I can not get my thought out. I want to scream it but each time I start to type and try to figure out what it really is, the words suck. My feeble attempts to put words together fall apart. I'm frustrated. Being a SAHM isn't something I imagined being. I imagined being home with my kids but having something of my own to do on a regular basis.
I thought that by the age of 33 I'd have a better idea of what makes me happy. But I am still just a girl trying to make sense of life. And I get sick and tired of reading things that tell me to follow my dreams, live my passion, if I'm not happy I should just change it. It's not that easy. (And for many others, it is impossible because they can barely keep food on their table.)

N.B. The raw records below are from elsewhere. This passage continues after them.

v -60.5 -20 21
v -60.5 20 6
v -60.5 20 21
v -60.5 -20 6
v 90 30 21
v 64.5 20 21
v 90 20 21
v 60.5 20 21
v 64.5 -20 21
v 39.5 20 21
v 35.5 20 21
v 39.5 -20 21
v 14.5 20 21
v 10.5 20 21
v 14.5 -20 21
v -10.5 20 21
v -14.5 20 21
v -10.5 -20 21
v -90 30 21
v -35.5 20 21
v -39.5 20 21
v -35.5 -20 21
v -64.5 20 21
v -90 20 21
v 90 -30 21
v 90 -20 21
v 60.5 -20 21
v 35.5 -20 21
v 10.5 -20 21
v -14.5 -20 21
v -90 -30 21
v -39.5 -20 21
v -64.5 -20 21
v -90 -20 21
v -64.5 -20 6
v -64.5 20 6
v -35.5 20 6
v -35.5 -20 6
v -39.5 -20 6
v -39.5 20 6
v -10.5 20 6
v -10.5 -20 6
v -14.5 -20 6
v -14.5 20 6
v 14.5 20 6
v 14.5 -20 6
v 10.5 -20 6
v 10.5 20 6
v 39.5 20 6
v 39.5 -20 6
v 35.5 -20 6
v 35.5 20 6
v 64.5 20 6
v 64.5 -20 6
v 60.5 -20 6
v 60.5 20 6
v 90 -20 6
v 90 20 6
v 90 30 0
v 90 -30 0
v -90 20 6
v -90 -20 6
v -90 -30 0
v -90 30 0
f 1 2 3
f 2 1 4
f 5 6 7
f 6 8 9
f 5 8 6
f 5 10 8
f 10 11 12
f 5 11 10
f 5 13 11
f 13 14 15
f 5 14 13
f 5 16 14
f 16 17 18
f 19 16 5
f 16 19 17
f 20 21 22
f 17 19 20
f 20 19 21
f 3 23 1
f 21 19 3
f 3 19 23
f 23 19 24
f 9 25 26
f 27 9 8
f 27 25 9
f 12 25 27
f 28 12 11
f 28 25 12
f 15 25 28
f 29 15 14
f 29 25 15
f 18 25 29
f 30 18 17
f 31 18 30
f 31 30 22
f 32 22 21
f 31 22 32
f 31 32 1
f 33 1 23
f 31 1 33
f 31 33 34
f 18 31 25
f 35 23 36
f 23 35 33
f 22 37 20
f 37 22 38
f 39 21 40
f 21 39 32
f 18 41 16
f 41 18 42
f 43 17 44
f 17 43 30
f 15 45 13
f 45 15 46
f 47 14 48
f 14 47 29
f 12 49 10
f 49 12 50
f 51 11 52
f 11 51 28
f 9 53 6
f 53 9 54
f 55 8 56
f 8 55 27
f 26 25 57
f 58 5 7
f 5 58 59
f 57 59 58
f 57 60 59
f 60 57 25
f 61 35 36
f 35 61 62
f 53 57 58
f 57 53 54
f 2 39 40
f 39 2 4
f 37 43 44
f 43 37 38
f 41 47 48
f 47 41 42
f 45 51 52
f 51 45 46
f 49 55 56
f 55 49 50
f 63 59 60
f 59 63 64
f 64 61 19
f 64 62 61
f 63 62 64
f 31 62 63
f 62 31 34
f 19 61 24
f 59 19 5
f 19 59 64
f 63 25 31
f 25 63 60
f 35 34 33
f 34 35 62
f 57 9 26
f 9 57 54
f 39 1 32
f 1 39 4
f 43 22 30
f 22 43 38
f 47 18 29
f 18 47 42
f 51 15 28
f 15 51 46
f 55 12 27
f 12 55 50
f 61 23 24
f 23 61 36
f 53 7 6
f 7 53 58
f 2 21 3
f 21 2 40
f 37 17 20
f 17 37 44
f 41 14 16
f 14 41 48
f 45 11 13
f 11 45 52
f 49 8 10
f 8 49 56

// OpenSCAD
$fn = 32;

// ----------------------------------------------------------------------
// Rib frame 180 x 60 x 21
// 6 ribs at 25 mm pitch
// ----------------------------------------------------------------------

// --- parameters (mm) ---
frame = [180, 60, 6];  // base plate size (x, y, z)
rail_w = 10;           // side rail width
ribs = 6;              // number of ribs
rib_t = 4;             // rib thickness
rib_h = 15;            // rib height above the base plate
pitch = 25;            // pitch between rib centres

// --- derived feature positions (mm) ---
span = (ribs - 1) * pitch;          // = 125   distance between the outer ribs
origin_x = -span / 2;               // = -62.5   X of the first rib
rib_len = frame[1] - 2 * rail_w + 2;  // = 42   rib length, 1 mm into each rail
feature_centers = [
  [origin_x + 0 * pitch, 0],
  [origin_x + 1 * pitch, 0],
  [origin_x + 2 * pitch, 0],
  [origin_x + 3 * pitch, 0],
  [origin_x + 4 * pitch, 0],
  [origin_x + 5 * pitch, 0]
];   // rib centre line, drives the rib loop

// base plate, two side rails, then the ribs read straight off feature_centers
union() {
  translate([-frame[0] / 2, -frame[1] / 2, 0]) cube(frame);
  translate([-frame[0] / 2, -frame[1] / 2, 0]) cube([frame[0], rail_w, frame[2] + rib_h]);
  translate([-frame[0] / 2, frame[1] / 2 - rail_w, 0]) cube([frame[0], rail_w, frame[2] + rib_h]);
  for (centre = feature_centers)
    translate([centre[0] - rib_t / 2, centre[1] - rib_len / 2, frame[2] - 1])
      cube([rib_t, rib_len, rib_h + 1]);
}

But that is where this foggy brain stops. Eager for a few answers. Hoping desperately that just once, the work I do to get my gray matter to function better doesn't always have to have the "one step back". That the times I feel like I got somewhere, managed to get a bit more of a handle on my dysthymia, don't have to be a memory.
I want to be able to be more present in each and every moment but it is hard because I am constantly thinking of what needs to get done next, or where I need to clean when the opportunity arises. I hate it that I check my watch while I am playing with my daughter to see how long I've been doing it for, rather than just doing it.
How often I am reminded of growth being an erratic "two steps forward, one step back" in so many ways. It happens with my kids and it happens with my emotional state. But when it is the latter I get pissed off because I hate being in this place, feeling like I can never get my steps quite big enough to get out of the mud.